+++ SUPPLIED INFORMATION +++

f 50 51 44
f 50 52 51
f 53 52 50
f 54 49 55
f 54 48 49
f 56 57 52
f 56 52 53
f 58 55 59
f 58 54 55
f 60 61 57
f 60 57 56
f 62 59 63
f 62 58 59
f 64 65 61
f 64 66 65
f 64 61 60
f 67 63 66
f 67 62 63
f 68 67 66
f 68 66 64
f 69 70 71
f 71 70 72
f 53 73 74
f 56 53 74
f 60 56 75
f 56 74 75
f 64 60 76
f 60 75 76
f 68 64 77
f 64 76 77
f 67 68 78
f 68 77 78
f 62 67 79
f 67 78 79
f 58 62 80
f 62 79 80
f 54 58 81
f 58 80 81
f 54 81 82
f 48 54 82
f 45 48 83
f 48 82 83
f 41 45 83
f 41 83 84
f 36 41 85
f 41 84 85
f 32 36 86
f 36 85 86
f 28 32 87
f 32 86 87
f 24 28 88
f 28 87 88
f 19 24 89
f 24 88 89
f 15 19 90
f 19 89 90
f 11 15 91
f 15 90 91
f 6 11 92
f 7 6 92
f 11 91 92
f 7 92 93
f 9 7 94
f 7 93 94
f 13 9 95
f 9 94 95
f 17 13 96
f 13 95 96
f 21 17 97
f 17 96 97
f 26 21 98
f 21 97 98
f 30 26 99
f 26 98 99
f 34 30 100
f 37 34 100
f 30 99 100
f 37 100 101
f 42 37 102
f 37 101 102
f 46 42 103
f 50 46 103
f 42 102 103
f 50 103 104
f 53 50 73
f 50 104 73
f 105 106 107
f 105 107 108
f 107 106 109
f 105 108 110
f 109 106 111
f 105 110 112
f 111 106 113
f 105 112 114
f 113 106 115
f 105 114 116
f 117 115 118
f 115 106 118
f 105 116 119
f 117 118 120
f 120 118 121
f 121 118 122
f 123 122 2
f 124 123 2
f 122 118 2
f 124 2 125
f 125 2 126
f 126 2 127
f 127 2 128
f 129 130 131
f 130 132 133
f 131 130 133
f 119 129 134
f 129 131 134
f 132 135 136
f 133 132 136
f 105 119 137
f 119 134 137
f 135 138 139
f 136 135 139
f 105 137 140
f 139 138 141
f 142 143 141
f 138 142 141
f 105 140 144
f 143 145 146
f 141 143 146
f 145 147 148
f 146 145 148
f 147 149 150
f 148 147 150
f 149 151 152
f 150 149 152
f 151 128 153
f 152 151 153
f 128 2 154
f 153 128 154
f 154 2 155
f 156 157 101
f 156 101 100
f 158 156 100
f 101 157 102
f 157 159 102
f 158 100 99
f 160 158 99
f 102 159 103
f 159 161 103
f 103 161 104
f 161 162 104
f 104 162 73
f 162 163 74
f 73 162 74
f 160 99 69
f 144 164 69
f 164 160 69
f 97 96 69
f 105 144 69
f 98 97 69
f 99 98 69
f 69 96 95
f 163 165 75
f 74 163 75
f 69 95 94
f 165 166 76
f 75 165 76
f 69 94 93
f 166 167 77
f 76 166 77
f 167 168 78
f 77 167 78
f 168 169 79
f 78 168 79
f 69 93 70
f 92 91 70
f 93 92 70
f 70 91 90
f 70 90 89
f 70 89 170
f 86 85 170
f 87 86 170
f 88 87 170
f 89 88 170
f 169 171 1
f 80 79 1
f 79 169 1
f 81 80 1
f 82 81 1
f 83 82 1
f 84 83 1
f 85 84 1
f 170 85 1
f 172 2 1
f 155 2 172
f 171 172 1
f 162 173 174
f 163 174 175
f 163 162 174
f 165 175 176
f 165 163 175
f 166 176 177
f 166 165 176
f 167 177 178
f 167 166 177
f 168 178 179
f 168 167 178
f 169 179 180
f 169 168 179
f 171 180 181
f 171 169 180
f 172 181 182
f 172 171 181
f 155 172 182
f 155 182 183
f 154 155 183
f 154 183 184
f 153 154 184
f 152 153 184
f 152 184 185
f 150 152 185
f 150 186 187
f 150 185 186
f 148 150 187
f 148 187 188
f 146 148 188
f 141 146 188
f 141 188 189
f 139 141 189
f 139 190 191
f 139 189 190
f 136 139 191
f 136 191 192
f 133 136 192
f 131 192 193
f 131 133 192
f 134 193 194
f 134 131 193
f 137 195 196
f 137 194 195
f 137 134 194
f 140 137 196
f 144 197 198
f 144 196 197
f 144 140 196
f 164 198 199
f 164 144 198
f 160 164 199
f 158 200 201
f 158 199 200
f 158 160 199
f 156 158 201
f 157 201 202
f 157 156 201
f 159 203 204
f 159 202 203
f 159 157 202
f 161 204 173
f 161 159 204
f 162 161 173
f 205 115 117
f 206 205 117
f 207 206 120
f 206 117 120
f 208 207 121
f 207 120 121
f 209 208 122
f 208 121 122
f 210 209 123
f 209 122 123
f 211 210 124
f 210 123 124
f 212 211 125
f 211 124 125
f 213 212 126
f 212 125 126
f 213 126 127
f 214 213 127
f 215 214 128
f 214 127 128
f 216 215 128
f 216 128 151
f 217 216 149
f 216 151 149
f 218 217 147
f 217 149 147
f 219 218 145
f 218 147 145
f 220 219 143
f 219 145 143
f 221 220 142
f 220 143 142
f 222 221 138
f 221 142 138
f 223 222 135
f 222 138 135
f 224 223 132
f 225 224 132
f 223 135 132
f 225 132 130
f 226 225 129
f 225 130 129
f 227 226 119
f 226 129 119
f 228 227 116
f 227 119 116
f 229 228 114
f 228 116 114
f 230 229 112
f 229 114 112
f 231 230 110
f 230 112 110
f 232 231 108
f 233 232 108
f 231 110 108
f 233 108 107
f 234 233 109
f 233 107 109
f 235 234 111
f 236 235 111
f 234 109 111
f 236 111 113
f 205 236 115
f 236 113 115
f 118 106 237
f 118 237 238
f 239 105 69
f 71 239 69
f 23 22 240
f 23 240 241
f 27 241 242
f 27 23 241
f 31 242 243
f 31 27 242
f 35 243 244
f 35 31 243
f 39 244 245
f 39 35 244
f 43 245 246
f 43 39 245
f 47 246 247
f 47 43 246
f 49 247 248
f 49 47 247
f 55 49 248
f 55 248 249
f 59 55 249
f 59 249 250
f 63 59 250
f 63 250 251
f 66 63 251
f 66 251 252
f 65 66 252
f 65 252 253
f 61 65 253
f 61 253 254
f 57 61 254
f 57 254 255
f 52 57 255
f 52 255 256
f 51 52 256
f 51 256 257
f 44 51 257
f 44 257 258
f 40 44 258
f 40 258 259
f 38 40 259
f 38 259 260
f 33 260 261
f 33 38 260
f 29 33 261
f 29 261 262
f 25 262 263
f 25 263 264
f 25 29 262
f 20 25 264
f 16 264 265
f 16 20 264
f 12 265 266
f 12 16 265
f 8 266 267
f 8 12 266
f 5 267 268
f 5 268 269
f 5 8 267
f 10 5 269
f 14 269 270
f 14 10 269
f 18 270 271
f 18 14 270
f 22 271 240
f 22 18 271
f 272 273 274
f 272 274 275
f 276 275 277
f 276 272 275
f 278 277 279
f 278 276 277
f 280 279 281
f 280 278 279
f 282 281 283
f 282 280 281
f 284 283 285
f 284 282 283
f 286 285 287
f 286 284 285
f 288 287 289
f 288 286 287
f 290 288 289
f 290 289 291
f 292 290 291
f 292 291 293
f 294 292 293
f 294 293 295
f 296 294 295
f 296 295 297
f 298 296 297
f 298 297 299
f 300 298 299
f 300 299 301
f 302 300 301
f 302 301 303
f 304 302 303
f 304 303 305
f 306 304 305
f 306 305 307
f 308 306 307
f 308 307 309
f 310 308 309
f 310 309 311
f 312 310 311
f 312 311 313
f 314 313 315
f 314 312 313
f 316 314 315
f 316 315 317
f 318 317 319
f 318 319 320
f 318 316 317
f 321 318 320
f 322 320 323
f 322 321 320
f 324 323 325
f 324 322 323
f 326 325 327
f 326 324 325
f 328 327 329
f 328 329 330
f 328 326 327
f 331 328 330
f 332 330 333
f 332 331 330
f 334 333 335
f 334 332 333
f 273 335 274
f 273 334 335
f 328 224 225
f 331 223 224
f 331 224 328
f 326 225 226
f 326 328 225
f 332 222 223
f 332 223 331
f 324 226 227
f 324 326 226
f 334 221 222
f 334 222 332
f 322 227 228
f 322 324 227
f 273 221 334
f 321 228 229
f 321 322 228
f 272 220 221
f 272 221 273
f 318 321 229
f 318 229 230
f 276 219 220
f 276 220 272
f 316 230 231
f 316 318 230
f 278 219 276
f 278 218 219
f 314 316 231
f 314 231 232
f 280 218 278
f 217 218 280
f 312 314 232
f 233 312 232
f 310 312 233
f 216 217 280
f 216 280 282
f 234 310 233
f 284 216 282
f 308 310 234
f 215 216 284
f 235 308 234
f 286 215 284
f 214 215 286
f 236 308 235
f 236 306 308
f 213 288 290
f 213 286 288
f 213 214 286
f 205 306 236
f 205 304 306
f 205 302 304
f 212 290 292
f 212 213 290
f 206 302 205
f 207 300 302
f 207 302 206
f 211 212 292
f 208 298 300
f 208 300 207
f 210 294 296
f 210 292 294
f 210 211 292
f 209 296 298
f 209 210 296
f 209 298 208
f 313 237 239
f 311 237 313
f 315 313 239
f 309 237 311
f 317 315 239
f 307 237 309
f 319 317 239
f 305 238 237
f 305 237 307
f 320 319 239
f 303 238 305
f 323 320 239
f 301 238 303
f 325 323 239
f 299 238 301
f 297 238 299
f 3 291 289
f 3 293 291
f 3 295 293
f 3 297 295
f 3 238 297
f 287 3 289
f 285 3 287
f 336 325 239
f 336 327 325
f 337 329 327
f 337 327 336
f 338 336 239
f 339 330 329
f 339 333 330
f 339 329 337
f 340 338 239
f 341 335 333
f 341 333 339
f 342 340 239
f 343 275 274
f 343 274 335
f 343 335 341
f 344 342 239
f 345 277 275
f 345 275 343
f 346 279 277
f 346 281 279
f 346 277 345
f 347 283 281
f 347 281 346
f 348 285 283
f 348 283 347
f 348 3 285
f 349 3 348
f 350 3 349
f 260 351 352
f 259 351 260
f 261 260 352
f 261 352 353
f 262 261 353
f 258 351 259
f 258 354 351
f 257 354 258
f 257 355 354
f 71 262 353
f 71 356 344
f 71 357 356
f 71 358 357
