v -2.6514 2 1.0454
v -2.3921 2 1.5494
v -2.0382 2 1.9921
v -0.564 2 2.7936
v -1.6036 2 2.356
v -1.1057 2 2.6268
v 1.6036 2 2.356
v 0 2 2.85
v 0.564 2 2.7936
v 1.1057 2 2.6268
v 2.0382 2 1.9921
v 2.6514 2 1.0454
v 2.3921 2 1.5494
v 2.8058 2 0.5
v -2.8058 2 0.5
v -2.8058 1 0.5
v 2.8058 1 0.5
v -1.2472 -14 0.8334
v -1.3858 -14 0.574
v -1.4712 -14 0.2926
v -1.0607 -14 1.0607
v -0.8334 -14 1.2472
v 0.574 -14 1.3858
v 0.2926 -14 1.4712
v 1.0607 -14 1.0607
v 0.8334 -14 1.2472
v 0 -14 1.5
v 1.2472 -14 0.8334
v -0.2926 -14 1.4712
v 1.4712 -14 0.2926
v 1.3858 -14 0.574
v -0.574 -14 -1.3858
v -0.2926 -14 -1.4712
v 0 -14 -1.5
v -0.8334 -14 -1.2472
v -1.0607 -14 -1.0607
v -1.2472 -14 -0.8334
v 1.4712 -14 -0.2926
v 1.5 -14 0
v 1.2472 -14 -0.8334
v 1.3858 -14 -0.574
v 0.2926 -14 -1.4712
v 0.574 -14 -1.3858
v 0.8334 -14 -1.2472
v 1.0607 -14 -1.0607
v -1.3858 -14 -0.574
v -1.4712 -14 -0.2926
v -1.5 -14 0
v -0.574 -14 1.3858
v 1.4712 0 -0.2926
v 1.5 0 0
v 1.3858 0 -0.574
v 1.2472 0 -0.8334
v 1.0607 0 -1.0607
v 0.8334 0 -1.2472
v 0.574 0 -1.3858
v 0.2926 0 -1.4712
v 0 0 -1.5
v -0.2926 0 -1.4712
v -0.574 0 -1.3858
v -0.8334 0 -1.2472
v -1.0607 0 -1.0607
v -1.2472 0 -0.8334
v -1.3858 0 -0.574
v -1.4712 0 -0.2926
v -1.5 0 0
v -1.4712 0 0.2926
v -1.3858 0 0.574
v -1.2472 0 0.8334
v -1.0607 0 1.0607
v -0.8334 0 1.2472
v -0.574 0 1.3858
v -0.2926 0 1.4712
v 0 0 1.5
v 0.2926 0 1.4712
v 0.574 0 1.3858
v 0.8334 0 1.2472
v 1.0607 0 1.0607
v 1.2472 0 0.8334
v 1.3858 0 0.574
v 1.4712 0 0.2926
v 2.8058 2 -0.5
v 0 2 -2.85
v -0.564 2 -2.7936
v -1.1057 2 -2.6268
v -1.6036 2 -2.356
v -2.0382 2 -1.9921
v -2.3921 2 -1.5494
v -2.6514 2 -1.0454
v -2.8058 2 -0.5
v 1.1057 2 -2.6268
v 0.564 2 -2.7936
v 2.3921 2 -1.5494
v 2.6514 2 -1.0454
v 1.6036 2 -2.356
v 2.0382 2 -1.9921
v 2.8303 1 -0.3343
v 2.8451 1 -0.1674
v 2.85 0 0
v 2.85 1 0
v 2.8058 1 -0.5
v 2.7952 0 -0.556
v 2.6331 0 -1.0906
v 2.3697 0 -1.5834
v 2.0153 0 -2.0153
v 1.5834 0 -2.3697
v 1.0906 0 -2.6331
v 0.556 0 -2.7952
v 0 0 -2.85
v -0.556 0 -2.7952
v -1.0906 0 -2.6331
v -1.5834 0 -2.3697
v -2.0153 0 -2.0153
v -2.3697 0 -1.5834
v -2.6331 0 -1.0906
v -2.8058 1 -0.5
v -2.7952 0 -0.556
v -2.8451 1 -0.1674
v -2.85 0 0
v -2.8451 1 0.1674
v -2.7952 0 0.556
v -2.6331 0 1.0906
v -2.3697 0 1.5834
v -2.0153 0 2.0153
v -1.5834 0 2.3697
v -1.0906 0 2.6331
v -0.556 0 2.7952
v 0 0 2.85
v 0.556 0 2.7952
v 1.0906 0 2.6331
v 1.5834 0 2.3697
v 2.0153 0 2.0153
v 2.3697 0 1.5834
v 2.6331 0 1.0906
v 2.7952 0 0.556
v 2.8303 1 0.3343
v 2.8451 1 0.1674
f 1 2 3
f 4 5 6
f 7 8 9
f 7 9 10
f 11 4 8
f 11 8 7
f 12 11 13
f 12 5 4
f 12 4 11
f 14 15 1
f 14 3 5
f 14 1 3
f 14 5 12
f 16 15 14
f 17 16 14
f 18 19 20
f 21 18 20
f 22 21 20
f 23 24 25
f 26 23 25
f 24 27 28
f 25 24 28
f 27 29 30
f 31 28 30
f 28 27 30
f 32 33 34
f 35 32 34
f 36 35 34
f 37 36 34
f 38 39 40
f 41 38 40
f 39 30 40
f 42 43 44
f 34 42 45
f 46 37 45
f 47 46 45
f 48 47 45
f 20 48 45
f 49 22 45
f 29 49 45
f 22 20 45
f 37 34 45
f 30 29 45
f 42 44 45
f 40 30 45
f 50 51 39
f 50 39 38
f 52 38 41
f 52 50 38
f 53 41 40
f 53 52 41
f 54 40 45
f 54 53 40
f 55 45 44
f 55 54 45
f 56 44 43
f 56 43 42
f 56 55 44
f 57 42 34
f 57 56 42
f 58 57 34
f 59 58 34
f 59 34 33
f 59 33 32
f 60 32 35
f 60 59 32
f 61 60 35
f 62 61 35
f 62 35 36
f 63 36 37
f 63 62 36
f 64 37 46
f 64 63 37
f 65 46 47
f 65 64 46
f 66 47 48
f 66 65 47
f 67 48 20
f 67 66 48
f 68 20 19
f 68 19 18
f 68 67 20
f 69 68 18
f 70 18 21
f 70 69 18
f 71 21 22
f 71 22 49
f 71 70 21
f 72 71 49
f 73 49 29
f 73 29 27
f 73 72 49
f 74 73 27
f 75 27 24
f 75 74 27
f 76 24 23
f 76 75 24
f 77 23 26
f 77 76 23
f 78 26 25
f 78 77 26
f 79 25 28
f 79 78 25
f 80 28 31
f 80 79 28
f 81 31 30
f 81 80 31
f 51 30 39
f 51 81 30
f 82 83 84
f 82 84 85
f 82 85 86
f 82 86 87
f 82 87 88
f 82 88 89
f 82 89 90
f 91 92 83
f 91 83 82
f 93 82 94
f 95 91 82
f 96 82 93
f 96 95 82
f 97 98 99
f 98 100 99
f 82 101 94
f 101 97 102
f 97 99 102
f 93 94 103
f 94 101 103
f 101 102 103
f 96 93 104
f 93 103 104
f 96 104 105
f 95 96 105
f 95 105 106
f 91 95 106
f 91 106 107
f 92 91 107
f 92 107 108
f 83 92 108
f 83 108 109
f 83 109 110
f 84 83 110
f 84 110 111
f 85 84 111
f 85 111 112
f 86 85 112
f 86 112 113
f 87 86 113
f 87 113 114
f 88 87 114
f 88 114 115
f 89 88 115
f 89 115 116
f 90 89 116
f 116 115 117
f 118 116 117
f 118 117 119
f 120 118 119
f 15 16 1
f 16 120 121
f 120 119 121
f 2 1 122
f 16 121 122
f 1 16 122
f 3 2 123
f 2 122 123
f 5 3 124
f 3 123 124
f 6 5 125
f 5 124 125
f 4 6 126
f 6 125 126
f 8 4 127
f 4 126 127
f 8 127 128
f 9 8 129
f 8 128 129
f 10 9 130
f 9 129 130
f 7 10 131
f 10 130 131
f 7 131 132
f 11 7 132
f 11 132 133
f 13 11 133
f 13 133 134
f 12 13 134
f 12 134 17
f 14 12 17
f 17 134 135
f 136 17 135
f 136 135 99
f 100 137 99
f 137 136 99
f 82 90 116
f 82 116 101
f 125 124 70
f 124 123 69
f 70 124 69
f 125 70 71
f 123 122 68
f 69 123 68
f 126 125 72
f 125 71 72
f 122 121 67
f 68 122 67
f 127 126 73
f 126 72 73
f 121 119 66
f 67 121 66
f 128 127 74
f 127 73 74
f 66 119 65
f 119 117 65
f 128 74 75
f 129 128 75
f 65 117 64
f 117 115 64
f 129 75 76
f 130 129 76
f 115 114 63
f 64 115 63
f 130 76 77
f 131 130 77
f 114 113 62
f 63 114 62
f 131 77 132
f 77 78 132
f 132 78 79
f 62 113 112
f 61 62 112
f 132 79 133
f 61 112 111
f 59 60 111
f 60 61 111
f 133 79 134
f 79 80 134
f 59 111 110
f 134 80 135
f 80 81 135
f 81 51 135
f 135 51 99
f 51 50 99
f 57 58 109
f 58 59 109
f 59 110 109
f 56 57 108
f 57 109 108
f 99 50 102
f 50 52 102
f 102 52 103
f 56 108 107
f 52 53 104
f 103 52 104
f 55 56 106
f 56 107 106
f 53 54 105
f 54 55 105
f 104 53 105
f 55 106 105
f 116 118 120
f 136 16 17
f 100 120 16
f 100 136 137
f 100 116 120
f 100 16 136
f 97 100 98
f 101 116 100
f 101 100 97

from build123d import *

# Parameters (mm, degrees)
SKETCH1_R           = 2.85
BOSS_EXTRUDE1_DEPTH = 2
SKETCH2_R           = 1.5
BOSS_EXTRUDE2_DEPTH = 14
SKETCH3_W           = 6
SKETCH3_H           = 1
CUT_EXTRUDE1_DEPTH  = 1


with BuildPart() as part:
    # Sketch1 → Boss-Extrude1 (new body)
    with BuildSketch(Plane(origin=(0, 0, 0), x_dir=(1, 0, 0), z_dir=(0, 1, 0))):
        Circle(SKETCH1_R)
    extrude(amount=BOSS_EXTRUDE1_DEPTH)

    # Sketch2 → Boss-Extrude2 (add)
    with BuildSketch(Plane(origin=(0, 0, 0), x_dir=(1, 0, 0), z_dir=(0, 1, 0))):
        Circle(SKETCH2_R)
    extrude(amount=-BOSS_EXTRUDE2_DEPTH)

    # Sketch3 → Cut-Extrude1 (cut)
    with BuildSketch(Plane(origin=(0, 2, 0), x_dir=(1, 0, 0), z_dir=(0, 1, 0))):
        Rectangle(SKETCH3_W, SKETCH3_H)
    extrude(amount=-CUT_EXTRUDE1_DEPTH, mode=Mode.SUBTRACT)


solid = part.part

+++

From the data above, output exactly the lines between the one containing "f 139 138 141" and the one containing "f 103 161 104", counting both of them.

SOLUTION -
f 139 138 141
f 142 143 141
f 138 142 141
f 105 140 144
f 143 145 146
f 141 143 146
f 145 147 148
f 146 145 148
f 147 149 150
f 148 147 150
f 149 151 152
f 150 149 152
f 151 128 153
f 152 151 153
f 128 2 154
f 153 128 154
f 154 2 155
f 156 157 101
f 156 101 100
f 158 156 100
f 101 157 102
f 157 159 102
f 158 100 99
f 160 158 99
f 102 159 103
f 159 161 103
f 103 161 104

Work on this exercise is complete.